The g(r) value for a bin is calculated from the histogram count by
scaling it by the idealized number of how many counts there would be
if atoms of type {jtypeN} were uniformly distributed. Thus it
involves the count of {itypeN} atoms, the count of {jtypeN} atoms, the
volume of the entire simulation box, and the volume of the bin's thin
shell in 3d (or the area of the bin's thin ring in 2d).
A coordination number coord(r) is also calculated, which is the number
of atoms of type {jtypeN} within the current bin or closer, averaged
over atoms of type {itypeN}. This is calculated as the area- or
volume-weighted sum of g(r) values over all bins up to and including
the current bin, multiplied by the global average volume density of
atoms of type jtypeN.
The simplest way to output the results of the compute rdf calculation
to a file is to use the "fix ave/time"_fix_ave_time.html command, for
example:
compute myRDF all rdf 50
fix 1 all ave/time 100 1 100 c_myRDF\[*\] file tmp.rdf mode vector :pre
[Output info:]
This compute calculates a global array with the number of rows =
{Nbins}, and the number of columns = 1 + 2*Npairs, where Npairs is the
number of I,J pairings specified. The first column has the bin
coordinate (center of the bin), Each successive set of 2 columns has
the g(r) and coord(r) values for a specific set of {itypeN} versus
{jtypeN} interactions, as described above. These values can be used
by any command that uses a global values from a compute as input. See
the "Howto output"_Howto_output.html doc page for an overview of
LAMMPS output options.
The array values calculated by this compute are all "intensive".
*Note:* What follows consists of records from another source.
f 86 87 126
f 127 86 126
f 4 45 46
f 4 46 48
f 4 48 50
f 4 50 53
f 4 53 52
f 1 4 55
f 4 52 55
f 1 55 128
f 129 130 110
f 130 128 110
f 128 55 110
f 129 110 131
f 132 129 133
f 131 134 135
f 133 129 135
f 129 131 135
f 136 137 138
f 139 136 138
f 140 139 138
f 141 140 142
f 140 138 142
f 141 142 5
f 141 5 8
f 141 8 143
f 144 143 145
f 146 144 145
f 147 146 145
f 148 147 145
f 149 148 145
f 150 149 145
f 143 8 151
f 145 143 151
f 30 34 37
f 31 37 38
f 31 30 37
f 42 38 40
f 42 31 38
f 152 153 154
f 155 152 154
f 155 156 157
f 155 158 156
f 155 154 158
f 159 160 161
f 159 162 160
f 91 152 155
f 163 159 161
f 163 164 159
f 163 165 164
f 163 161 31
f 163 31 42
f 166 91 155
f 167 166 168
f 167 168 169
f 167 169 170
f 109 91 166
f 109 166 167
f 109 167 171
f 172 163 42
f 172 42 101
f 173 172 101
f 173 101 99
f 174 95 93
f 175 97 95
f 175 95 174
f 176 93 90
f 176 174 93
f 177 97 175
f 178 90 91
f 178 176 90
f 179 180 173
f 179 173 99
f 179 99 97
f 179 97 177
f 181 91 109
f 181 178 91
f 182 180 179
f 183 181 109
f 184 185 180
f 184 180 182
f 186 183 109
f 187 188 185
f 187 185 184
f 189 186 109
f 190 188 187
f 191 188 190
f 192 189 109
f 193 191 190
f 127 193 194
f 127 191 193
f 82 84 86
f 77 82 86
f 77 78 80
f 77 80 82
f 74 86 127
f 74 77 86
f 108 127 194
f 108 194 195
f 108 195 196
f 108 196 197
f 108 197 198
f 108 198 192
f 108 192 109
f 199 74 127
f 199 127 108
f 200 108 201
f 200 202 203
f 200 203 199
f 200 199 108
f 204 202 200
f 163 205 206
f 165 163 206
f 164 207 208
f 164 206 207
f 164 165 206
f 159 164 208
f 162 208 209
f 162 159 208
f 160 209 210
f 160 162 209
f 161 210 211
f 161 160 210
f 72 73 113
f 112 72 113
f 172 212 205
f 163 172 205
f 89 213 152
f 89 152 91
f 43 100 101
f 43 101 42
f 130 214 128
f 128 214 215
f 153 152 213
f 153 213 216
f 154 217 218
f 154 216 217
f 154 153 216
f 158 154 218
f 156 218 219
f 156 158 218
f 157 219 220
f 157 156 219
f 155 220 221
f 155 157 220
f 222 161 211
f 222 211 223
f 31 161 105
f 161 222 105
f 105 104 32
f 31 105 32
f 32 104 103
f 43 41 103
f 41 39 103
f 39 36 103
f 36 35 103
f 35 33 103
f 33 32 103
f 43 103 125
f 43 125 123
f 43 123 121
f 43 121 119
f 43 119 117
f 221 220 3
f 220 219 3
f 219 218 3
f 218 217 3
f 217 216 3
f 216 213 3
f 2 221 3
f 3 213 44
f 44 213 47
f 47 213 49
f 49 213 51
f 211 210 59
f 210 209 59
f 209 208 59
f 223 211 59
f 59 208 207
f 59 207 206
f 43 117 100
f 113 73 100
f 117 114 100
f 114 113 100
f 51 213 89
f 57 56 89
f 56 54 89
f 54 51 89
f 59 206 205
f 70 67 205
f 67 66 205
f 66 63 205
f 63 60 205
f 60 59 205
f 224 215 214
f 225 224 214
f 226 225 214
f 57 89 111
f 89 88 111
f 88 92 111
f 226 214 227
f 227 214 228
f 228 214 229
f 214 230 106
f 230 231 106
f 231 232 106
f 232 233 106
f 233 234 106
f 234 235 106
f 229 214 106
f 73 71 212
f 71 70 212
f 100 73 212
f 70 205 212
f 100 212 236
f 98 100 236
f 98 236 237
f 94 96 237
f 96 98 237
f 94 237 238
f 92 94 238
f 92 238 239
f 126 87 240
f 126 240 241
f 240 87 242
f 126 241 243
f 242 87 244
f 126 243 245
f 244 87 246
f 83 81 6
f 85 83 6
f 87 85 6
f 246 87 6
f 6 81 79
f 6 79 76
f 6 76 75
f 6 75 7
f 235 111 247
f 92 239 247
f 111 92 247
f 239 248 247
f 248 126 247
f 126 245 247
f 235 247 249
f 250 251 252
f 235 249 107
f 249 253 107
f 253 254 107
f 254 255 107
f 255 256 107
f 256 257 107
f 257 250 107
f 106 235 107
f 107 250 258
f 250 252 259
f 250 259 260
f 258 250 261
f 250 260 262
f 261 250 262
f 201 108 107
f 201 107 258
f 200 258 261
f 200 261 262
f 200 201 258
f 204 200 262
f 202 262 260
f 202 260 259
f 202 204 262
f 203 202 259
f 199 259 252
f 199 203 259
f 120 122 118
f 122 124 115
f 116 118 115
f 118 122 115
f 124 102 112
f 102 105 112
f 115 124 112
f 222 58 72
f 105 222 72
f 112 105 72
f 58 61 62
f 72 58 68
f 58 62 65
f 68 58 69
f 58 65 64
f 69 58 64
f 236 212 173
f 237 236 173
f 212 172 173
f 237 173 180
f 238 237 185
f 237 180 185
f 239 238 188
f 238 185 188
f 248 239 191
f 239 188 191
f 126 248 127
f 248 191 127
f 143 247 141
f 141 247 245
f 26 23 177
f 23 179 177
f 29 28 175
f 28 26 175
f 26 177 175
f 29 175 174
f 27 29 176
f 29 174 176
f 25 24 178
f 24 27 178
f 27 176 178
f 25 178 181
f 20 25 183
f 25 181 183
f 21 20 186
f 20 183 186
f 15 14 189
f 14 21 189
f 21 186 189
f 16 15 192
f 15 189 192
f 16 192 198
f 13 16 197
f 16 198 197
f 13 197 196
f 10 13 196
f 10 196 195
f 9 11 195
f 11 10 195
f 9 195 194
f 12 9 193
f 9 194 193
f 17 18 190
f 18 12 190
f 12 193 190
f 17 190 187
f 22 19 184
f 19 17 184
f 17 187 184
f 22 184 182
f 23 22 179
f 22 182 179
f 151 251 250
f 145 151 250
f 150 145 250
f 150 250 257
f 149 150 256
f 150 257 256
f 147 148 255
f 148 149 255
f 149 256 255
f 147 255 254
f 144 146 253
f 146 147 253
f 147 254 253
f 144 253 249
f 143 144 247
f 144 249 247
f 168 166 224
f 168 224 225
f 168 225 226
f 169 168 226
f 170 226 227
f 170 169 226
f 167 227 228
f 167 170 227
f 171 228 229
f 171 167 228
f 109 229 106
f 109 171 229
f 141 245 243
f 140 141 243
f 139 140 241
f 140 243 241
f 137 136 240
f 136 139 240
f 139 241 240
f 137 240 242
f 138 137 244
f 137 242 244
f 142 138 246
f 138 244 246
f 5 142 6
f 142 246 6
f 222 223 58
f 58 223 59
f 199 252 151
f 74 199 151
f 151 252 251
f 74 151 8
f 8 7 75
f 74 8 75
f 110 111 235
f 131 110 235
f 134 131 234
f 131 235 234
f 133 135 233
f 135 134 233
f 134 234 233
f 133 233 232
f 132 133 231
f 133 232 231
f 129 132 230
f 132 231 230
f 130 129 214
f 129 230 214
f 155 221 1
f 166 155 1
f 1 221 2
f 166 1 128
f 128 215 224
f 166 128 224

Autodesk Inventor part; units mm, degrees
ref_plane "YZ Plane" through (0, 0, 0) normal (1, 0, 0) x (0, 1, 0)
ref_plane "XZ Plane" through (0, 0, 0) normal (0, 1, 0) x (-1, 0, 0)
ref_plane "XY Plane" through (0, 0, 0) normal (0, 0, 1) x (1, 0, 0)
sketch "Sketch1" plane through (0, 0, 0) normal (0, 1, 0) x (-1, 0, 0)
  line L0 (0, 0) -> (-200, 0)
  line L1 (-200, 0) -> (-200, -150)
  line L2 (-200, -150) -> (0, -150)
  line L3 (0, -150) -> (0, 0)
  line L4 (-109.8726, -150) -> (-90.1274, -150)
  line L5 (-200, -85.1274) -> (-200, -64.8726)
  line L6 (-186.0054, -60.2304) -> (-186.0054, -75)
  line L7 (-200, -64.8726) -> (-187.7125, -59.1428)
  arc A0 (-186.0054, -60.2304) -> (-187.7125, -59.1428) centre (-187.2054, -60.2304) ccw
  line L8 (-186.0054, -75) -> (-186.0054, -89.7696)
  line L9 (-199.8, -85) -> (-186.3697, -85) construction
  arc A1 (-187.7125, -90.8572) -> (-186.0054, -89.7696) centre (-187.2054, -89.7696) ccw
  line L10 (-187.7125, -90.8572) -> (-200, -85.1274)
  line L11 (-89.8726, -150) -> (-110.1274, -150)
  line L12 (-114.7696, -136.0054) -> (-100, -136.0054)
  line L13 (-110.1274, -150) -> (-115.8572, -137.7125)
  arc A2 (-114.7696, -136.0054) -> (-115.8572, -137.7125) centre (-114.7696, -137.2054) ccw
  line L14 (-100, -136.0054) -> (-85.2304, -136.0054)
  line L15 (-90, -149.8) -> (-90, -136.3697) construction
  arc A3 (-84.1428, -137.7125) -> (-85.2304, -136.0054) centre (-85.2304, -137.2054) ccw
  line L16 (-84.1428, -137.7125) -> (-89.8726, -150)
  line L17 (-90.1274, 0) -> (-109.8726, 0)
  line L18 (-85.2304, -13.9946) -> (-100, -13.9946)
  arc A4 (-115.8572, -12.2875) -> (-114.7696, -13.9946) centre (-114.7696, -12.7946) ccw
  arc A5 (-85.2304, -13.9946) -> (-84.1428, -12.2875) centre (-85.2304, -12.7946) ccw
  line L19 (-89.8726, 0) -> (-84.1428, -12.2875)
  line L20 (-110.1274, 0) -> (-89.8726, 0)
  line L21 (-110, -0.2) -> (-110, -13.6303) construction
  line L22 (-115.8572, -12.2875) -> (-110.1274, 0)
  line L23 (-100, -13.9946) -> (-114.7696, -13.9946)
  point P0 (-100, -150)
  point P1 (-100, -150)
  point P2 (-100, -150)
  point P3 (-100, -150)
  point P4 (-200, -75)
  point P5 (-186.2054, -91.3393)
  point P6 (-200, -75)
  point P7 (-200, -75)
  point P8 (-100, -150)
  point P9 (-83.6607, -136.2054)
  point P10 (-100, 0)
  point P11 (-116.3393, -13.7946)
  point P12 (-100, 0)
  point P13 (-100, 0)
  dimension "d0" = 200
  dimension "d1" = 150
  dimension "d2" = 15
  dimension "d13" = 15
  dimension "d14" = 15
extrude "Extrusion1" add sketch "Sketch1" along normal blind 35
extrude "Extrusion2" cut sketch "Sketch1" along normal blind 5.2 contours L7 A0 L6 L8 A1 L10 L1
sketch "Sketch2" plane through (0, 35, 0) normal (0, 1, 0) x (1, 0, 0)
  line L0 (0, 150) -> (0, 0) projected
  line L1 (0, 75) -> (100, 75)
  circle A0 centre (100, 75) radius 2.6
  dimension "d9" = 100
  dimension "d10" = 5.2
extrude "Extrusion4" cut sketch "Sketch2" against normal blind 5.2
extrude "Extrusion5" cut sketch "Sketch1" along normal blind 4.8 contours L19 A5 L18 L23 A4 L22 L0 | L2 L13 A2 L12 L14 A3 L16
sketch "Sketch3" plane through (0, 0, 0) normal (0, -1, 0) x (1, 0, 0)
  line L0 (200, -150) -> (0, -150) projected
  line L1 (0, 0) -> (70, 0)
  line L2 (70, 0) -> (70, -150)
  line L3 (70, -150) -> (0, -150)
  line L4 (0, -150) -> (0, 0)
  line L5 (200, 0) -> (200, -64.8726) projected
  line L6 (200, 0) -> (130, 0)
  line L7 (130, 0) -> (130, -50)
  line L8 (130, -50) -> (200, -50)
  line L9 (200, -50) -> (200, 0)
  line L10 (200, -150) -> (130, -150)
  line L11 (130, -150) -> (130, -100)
The first column of array values will be in distance
"units"_units.html. The g(r) columns of array values are normalized
numbers >= 0.0. The coordination number columns of array values are
also numbers >= 0.0.
[Restrictions:]
The RDF is not computed for distances longer than the force cutoff,
since processors (in parallel) don't know about atom coordinates for
atoms further away than that distance. If you want an RDF for larger
distances, you can use the "rerun"_rerun.html command to post-process
a dump file and set the cutoff for the potential to be longer in the
rerun script. Note that in the rerun context, the force cutoff is
arbitrary, since you aren't running dynamics and thus are not changing
your model. The definition of g(r) used by LAMMPS is only appropriate
for characterizing atoms that are uniformly distributed throughout the
simulation cell. In such cases, the coordination number is still
correct and meaningful. As an example, if a large simulation cell
contains only one atom of type {itypeN} and one of {jtypeN}, then g(r)
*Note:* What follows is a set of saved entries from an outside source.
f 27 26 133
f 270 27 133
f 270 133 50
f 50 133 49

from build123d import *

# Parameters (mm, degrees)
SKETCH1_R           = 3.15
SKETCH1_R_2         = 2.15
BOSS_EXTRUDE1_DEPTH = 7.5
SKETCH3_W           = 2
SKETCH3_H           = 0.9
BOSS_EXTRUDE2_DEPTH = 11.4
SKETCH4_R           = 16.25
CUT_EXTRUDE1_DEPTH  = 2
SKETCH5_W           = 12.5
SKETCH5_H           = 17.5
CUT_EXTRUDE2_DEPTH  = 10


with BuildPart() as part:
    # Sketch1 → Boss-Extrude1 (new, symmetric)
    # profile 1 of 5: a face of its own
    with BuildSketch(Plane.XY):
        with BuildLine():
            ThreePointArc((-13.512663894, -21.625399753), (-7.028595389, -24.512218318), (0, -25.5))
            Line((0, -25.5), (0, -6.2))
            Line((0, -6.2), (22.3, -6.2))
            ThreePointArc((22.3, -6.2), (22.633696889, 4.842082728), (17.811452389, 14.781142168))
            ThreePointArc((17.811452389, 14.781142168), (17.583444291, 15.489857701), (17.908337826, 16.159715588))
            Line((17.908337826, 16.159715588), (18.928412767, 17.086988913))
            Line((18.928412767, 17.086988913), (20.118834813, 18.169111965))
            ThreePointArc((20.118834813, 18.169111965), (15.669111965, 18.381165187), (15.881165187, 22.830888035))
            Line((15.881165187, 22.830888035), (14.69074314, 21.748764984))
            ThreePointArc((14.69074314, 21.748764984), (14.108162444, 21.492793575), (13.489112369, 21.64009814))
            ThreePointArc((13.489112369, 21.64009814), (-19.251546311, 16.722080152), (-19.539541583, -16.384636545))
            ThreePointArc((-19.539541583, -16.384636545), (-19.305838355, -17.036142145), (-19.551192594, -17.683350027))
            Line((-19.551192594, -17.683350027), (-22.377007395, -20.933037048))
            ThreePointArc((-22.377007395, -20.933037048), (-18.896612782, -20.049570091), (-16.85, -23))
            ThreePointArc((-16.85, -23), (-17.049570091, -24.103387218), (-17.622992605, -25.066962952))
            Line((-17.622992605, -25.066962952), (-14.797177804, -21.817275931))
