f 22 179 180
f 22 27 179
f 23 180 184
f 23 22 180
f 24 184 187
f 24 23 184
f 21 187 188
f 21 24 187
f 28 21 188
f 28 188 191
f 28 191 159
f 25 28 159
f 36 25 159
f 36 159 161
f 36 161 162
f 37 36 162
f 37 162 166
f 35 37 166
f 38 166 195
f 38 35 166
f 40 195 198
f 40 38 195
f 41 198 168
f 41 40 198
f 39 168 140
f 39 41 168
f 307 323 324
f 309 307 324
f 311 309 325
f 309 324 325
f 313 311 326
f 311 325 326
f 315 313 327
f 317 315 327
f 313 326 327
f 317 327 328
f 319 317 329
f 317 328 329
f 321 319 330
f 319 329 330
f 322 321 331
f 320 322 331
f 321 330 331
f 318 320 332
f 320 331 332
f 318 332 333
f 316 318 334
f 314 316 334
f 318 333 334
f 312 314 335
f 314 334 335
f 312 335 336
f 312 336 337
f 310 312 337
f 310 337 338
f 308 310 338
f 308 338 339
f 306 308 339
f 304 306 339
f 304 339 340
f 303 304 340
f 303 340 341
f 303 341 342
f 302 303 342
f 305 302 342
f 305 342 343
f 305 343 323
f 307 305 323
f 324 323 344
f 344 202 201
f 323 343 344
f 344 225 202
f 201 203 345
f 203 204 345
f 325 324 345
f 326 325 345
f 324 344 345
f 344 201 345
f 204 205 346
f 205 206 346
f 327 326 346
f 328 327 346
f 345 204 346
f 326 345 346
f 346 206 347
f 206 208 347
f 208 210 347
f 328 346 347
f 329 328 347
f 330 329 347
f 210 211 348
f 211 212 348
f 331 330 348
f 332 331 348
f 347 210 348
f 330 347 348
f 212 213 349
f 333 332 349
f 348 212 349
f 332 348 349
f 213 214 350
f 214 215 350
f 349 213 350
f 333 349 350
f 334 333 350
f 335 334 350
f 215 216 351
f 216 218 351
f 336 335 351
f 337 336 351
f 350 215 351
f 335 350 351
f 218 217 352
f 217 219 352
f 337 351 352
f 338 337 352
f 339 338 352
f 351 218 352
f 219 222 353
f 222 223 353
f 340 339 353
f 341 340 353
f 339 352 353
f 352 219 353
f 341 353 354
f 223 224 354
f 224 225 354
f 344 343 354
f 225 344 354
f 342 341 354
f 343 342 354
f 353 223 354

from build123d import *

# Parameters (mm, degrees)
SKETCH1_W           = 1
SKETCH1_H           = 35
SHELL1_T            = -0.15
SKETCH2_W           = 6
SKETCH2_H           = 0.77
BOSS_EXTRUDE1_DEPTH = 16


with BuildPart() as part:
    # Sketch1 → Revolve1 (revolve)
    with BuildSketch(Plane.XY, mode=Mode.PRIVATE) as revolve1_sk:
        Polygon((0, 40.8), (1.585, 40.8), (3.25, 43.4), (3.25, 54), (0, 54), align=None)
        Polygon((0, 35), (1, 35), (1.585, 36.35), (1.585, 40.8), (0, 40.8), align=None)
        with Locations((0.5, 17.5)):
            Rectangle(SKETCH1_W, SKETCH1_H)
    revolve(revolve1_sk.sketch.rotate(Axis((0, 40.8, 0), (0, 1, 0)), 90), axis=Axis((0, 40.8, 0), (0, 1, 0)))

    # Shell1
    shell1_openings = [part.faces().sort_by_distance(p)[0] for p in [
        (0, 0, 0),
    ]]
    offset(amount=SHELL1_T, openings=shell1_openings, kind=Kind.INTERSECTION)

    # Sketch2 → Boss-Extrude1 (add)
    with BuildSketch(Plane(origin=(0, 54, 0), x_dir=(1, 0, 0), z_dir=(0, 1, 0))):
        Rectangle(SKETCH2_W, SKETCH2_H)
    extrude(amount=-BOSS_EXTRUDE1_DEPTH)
will register an arbitrarily large spike at whatever distance they
happen to be at, and zero everywhere else. Coord(r) will show a step
change from zero to one at the location of the spike in g(r).
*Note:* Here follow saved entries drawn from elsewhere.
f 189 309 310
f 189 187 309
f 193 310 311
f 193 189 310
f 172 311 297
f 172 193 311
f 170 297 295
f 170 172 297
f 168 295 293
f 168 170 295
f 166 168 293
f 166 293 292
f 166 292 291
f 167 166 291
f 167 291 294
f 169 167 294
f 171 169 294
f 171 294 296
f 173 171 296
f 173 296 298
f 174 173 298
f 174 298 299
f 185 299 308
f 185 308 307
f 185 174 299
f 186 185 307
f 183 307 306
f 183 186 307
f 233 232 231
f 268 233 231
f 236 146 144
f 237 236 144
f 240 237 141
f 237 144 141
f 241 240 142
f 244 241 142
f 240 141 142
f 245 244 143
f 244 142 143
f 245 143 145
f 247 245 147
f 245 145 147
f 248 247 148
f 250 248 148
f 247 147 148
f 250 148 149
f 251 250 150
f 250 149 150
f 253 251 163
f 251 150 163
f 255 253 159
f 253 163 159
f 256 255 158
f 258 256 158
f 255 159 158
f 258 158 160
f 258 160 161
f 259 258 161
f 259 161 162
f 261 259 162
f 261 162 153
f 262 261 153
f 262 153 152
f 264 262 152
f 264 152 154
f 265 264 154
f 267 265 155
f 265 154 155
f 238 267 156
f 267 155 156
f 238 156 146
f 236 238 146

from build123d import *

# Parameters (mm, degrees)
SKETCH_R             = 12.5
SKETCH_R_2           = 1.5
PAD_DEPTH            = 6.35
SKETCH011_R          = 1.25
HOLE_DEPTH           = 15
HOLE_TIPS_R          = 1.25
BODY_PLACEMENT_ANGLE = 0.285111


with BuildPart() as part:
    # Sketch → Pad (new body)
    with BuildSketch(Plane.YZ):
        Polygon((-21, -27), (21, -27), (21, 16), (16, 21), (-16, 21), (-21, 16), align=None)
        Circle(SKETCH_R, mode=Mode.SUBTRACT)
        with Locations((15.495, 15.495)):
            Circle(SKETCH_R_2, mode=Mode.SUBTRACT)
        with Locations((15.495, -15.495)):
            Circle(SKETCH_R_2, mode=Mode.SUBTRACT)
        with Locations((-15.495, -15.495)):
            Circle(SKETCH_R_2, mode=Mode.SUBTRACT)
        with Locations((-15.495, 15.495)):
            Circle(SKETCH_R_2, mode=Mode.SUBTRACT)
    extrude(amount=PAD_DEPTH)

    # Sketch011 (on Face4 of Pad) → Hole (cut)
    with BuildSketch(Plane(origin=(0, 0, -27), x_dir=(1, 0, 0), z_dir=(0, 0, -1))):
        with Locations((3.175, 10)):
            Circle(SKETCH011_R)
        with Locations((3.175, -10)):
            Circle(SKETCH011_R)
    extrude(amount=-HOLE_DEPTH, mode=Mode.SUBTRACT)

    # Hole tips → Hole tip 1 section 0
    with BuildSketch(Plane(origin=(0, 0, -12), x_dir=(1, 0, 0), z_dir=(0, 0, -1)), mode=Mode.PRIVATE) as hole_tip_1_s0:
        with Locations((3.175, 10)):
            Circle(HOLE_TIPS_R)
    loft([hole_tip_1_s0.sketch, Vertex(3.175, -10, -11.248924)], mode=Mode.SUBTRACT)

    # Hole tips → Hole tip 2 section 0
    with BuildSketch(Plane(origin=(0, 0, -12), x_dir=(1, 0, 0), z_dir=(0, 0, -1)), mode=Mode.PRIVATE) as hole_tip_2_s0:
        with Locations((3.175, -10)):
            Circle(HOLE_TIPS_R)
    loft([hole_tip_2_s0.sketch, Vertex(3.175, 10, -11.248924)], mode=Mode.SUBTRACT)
NOTE: compute rdf can handle dynamic groups and systems where atoms
are added or removed, but this causes that certain normalization
parameters need to be re-computed in every step and include collective
communication operations. This will reduce performance and limit
parallel efficiency and scaling. For systems, where only the type
of atoms changes (e.g. when using "fix atom/swap"_fix_atom_swap.html),
you need to explicitly request the dynamic normalization updates
via "compute_modify dynamic yes"_compute_modify.html
[Related commands:]
"fix ave/time"_fix_ave_time.html, "compute_modify"_compute_modify.html,
"compute adf"_compute_adf.html
[Default:]
The keyword defaults are cutoff = 0.0 (use the pairwise force cutoff).